### Task description:
Find the line with "v 63.026 63.5 4.739" in the records below. Copy it and every line after it, up to and including the line with "v 58.857 63.5 -1.06".

------------------------------------------------

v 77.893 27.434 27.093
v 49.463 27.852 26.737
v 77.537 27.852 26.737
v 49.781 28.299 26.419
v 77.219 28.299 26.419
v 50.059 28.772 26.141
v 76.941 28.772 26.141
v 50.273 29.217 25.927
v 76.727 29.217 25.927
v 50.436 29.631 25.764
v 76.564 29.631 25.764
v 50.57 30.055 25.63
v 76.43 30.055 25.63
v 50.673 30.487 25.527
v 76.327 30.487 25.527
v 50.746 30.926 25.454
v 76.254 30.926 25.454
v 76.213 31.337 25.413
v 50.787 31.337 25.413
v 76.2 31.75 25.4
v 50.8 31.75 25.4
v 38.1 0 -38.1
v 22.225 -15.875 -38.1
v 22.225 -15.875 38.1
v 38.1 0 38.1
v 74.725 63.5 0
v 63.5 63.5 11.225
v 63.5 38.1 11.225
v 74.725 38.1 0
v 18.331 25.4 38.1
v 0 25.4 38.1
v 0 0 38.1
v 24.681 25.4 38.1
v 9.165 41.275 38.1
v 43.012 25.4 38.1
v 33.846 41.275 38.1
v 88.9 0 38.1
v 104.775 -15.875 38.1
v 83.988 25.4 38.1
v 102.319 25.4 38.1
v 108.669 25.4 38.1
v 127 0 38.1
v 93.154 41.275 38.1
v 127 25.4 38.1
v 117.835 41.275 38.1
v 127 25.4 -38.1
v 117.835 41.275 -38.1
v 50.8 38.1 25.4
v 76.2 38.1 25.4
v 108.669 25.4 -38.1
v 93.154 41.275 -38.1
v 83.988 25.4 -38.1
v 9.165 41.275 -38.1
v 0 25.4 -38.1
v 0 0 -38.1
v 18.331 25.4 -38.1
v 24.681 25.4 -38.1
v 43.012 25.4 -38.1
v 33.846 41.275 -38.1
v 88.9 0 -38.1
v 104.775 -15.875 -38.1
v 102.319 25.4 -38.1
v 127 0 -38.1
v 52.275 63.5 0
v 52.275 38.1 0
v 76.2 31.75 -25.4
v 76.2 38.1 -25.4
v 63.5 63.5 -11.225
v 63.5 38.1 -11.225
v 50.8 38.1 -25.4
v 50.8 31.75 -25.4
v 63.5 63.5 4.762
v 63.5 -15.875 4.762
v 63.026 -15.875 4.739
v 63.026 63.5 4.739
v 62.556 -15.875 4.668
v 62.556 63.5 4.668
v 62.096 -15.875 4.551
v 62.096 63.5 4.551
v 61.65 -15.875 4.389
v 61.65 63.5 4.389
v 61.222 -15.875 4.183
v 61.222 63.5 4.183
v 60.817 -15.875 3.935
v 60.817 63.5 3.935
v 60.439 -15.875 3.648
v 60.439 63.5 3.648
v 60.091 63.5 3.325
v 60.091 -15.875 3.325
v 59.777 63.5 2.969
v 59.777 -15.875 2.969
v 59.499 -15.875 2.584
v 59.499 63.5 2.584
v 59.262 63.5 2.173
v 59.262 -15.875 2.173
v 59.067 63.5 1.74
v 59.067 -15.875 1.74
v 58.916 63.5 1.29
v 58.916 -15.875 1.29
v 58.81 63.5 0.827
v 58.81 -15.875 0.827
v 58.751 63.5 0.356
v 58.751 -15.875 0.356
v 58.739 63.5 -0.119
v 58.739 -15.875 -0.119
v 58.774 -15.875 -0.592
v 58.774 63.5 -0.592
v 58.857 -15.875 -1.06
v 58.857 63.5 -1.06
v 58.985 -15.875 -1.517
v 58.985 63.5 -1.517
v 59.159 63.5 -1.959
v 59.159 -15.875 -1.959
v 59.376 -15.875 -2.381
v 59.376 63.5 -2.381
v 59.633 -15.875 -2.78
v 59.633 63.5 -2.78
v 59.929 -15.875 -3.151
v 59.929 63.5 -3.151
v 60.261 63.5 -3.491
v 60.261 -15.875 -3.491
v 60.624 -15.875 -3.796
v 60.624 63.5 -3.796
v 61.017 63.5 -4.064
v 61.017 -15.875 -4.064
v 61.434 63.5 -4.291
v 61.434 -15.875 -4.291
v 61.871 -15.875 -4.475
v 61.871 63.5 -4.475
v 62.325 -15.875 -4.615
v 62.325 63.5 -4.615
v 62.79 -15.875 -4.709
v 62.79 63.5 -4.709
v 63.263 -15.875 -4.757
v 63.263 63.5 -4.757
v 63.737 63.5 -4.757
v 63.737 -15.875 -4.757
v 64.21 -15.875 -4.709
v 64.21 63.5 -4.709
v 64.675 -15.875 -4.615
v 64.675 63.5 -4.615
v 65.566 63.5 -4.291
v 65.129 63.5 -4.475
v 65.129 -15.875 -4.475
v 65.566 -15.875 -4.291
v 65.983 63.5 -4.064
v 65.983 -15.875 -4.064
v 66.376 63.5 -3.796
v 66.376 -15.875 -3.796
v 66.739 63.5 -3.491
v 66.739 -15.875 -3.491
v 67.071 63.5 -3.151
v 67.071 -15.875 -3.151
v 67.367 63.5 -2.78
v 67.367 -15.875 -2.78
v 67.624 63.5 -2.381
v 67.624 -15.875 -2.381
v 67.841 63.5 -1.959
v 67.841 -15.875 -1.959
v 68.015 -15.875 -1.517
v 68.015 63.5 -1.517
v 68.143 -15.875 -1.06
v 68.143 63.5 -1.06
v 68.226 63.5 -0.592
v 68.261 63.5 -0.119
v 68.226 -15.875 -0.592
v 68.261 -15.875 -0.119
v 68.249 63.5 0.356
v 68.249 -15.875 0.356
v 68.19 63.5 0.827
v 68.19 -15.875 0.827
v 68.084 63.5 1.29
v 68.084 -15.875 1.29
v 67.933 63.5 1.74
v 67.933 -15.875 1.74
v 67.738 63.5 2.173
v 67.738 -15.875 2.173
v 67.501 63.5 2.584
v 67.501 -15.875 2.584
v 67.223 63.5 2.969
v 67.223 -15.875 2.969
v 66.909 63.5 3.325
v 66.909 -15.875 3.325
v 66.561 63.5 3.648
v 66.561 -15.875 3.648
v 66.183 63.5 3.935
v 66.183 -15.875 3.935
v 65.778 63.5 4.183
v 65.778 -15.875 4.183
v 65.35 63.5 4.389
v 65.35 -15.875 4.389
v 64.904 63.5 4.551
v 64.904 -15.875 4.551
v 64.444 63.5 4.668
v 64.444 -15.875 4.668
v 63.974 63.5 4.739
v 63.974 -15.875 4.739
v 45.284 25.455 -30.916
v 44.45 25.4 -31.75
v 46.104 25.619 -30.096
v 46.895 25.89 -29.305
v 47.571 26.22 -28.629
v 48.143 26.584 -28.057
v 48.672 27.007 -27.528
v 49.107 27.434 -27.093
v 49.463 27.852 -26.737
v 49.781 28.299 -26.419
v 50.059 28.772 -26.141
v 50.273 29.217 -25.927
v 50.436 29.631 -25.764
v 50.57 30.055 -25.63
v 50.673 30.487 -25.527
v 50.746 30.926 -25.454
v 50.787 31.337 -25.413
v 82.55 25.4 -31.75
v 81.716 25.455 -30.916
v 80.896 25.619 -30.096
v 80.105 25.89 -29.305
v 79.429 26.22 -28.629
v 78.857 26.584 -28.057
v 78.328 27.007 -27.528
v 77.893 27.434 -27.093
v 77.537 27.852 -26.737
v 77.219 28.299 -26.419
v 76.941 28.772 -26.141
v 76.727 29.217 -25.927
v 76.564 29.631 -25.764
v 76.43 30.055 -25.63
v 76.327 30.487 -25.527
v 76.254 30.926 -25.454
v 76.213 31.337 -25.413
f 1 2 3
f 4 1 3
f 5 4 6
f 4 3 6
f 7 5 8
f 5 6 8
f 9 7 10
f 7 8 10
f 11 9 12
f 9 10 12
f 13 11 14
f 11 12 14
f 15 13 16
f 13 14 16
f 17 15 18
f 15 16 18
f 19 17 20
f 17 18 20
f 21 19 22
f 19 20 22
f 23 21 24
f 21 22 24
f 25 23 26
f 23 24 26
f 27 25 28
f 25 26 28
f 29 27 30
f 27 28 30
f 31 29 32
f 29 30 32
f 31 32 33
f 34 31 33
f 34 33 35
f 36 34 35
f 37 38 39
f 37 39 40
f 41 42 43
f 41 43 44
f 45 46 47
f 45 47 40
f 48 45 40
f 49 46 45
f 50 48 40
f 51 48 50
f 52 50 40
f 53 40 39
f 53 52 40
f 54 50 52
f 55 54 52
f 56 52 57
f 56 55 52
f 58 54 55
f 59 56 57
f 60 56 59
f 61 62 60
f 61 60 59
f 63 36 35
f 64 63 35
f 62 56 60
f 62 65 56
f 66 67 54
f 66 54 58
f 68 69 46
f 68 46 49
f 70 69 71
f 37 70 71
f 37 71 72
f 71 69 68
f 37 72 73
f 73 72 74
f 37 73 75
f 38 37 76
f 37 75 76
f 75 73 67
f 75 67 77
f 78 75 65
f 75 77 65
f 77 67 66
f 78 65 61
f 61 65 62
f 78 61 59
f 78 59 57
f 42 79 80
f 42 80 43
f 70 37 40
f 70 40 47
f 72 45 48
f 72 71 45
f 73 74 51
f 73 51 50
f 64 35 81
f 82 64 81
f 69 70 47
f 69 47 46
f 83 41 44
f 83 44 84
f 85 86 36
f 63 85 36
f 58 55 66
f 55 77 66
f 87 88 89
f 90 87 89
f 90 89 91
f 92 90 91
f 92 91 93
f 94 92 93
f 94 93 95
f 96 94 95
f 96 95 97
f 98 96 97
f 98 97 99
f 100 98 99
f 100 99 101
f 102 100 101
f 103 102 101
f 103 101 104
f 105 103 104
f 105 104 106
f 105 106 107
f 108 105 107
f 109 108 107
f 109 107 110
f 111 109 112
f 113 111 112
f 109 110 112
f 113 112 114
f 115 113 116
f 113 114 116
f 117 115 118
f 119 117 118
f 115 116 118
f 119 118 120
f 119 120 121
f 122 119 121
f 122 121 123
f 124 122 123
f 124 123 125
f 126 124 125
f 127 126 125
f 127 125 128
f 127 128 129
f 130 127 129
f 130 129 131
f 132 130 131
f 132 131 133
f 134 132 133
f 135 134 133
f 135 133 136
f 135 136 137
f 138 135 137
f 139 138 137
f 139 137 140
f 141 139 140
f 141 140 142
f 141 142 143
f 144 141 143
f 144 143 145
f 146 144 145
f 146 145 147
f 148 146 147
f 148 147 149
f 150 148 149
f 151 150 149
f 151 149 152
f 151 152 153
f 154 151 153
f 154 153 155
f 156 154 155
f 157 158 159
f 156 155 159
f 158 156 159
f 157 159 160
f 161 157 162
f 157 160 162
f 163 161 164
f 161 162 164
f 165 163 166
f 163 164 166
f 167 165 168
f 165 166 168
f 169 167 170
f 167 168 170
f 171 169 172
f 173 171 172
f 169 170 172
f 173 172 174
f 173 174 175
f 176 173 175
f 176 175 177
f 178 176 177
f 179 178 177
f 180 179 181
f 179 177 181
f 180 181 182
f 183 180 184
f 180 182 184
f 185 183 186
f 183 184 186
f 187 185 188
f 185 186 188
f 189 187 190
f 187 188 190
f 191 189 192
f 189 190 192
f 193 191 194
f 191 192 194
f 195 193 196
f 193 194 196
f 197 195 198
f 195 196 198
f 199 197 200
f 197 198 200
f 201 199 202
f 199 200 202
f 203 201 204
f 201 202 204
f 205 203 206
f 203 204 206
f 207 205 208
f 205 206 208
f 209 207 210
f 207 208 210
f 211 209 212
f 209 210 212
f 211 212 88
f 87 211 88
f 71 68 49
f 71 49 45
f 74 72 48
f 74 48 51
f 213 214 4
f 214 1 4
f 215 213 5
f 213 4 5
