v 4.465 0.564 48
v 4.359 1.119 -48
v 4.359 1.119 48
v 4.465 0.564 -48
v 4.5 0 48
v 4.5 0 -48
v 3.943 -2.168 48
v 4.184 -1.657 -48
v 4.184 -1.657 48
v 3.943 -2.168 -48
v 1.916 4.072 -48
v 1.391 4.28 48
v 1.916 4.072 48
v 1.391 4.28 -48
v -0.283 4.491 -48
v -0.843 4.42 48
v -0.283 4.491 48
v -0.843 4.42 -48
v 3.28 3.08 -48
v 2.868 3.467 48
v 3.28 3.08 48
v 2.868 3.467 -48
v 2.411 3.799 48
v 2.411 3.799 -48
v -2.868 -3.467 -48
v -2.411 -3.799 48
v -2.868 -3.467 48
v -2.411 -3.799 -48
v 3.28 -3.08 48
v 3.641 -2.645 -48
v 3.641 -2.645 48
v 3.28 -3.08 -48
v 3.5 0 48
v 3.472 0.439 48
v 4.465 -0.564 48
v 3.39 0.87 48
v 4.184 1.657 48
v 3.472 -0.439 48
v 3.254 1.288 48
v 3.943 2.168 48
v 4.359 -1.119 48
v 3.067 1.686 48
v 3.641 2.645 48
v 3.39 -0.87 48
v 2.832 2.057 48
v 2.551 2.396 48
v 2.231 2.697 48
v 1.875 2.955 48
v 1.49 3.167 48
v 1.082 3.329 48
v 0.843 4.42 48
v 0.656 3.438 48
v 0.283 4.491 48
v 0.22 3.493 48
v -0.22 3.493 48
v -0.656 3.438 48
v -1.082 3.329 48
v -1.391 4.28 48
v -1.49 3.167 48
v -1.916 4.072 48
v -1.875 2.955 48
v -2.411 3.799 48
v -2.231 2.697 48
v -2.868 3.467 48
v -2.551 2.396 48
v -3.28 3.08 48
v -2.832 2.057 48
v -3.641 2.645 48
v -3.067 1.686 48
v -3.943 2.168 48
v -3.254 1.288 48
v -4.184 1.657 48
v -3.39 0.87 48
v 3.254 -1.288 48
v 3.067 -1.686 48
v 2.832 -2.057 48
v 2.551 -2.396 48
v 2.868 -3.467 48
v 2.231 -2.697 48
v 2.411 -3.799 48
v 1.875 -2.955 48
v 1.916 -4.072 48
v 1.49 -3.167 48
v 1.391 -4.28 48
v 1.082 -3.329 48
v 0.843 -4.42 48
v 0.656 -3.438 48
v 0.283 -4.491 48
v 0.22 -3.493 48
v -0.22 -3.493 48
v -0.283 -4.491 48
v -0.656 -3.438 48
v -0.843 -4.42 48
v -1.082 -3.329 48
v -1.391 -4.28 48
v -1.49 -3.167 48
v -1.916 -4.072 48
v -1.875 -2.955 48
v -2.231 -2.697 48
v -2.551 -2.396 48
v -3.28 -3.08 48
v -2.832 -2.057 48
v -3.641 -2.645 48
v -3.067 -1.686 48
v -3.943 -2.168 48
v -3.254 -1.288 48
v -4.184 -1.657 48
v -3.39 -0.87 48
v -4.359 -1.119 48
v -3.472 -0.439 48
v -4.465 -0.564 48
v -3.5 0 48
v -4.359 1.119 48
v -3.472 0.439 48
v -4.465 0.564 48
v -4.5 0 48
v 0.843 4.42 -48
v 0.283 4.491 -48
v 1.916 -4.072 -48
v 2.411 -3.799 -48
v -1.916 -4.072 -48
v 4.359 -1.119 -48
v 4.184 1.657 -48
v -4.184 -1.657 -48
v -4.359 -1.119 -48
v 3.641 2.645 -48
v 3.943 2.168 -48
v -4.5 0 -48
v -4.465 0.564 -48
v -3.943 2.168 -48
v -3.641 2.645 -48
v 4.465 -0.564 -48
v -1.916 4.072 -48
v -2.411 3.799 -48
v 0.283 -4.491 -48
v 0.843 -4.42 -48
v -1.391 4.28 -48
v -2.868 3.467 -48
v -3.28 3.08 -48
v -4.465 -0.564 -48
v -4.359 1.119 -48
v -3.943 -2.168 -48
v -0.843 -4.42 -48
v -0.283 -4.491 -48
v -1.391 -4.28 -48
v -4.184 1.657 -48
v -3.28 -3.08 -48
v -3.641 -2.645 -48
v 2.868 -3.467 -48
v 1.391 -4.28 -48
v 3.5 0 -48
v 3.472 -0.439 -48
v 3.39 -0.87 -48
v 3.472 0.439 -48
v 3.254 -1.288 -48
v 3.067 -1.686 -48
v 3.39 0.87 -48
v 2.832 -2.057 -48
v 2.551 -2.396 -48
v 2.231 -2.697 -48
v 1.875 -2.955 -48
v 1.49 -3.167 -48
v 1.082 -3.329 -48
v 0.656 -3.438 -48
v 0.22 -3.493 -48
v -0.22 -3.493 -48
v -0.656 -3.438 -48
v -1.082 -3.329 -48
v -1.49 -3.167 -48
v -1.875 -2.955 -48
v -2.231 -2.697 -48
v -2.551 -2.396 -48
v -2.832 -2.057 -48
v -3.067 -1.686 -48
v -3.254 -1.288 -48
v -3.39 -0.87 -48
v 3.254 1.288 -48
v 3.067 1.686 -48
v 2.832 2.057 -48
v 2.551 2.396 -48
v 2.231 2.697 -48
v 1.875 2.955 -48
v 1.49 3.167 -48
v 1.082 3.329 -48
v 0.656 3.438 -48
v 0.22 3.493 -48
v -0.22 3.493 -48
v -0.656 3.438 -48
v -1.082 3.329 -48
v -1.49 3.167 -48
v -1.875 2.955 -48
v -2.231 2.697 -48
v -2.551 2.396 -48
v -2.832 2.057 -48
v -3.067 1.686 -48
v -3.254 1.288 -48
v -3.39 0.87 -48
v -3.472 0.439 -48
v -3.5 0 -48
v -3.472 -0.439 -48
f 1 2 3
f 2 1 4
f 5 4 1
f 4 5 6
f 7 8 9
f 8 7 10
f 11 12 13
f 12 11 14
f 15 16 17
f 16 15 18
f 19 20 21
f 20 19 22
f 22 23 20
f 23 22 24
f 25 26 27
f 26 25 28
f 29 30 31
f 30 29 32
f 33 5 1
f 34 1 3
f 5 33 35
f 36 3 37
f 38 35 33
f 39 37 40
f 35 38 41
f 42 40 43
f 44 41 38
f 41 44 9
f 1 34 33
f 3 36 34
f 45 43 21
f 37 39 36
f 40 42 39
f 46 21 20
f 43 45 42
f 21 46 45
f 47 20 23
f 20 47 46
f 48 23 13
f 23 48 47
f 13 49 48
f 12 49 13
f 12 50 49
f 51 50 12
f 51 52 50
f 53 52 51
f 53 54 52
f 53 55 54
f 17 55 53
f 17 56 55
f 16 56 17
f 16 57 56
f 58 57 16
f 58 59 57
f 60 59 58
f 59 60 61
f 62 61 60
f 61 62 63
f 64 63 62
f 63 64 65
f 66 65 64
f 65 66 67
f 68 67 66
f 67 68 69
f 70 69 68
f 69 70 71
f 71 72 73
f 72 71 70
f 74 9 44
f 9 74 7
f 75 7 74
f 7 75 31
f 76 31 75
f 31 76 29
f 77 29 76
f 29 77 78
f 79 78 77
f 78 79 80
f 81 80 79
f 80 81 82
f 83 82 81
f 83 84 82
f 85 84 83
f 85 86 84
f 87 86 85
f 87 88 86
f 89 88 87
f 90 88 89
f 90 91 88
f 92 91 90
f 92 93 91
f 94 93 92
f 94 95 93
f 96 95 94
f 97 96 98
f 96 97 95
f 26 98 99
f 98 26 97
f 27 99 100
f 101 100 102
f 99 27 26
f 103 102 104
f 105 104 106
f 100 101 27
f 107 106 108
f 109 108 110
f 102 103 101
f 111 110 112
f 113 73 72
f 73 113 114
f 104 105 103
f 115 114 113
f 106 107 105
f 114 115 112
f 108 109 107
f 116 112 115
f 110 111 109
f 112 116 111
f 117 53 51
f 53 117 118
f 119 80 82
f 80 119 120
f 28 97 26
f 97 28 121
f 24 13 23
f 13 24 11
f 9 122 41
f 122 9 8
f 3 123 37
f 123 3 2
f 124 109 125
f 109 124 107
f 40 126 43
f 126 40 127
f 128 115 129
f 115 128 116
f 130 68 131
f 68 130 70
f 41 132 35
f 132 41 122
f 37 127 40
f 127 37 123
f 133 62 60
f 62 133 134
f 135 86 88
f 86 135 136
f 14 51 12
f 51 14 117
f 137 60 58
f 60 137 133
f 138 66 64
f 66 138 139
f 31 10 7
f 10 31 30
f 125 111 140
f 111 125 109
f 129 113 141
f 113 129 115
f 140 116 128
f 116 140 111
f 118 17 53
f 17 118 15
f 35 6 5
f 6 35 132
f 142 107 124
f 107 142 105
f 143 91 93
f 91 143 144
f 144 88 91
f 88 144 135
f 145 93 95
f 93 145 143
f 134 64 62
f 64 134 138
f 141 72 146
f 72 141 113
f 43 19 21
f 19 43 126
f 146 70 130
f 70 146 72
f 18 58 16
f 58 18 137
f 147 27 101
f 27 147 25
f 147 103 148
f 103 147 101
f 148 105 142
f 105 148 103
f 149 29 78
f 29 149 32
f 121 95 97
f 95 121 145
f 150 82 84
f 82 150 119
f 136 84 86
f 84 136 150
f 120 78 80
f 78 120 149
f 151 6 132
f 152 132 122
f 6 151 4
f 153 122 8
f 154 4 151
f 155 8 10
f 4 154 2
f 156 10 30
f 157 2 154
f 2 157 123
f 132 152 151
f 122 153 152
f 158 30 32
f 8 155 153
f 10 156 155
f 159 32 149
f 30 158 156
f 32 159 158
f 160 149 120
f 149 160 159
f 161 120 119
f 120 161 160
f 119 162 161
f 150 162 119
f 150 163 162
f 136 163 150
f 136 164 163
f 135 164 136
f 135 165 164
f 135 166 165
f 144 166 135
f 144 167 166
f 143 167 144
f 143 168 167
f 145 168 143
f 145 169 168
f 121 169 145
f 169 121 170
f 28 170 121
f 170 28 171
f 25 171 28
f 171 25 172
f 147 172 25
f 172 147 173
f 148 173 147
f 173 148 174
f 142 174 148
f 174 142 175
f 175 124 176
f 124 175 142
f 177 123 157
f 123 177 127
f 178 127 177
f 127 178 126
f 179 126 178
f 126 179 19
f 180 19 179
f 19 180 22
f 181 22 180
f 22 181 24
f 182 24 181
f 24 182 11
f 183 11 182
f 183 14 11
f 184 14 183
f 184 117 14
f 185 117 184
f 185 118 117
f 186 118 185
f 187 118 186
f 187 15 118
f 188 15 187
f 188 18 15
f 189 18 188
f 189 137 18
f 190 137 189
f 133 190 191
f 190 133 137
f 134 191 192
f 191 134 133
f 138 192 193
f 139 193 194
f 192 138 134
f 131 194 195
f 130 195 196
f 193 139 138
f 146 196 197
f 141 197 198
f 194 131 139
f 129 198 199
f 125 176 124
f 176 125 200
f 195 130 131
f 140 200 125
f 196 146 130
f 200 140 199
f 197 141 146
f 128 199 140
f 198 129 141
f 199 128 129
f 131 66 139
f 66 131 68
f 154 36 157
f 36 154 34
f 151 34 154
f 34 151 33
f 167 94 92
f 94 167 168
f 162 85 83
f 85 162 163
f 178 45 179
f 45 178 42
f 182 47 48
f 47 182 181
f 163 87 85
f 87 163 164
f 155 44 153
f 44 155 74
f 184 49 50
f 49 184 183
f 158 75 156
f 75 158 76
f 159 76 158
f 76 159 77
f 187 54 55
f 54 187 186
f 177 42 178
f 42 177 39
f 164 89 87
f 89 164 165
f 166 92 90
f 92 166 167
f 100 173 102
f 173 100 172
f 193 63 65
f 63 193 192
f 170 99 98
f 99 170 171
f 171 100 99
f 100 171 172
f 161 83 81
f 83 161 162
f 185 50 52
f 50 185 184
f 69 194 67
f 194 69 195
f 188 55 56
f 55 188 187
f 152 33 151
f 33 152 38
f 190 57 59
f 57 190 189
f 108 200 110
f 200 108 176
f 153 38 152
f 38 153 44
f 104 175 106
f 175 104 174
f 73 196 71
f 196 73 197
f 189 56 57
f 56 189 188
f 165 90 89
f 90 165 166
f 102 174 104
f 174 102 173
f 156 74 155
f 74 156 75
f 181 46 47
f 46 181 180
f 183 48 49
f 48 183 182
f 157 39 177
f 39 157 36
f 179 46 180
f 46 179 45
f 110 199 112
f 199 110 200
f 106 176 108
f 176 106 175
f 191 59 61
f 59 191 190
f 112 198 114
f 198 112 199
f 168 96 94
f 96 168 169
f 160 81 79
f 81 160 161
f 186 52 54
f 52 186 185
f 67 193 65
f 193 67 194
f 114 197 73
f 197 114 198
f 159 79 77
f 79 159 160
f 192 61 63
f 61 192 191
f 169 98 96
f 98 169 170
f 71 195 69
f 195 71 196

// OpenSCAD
$fn = 50;


difference() {
	union() {
		translate(v = [0, 0, -48.0000000000]) {
			cylinder(h = 96, r = 4.5000000000);
		}
	}
	union() {
		translate(v = [0, 0, -100.0000000000]) {
			cylinder(h = 200, r = 3.5000000000);
		}
	}
}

------------------------------------------------

### Exercise response:
v 63.026 63.5 4.739
v 62.556 -15.875 4.668
v 62.556 63.5 4.668
v 62.096 -15.875 4.551
v 62.096 63.5 4.551
v 61.65 -15.875 4.389
v 61.65 63.5 4.389
v 61.222 -15.875 4.183
v 61.222 63.5 4.183
v 60.817 -15.875 3.935
v 60.817 63.5 3.935
v 60.439 -15.875 3.648
v 60.439 63.5 3.648
v 60.091 63.5 3.325
v 60.091 -15.875 3.325
v 59.777 63.5 2.969
v 59.777 -15.875 2.969
v 59.499 -15.875 2.584
v 59.499 63.5 2.584
v 59.262 63.5 2.173
v 59.262 -15.875 2.173
v 59.067 63.5 1.74
v 59.067 -15.875 1.74
v 58.916 63.5 1.29
v 58.916 -15.875 1.29
v 58.81 63.5 0.827
v 58.81 -15.875 0.827
v 58.751 63.5 0.356
v 58.751 -15.875 0.356
v 58.739 63.5 -0.119
v 58.739 -15.875 -0.119
v 58.774 -15.875 -0.592
v 58.774 63.5 -0.592
v 58.857 -15.875 -1.06
v 58.857 63.5 -1.06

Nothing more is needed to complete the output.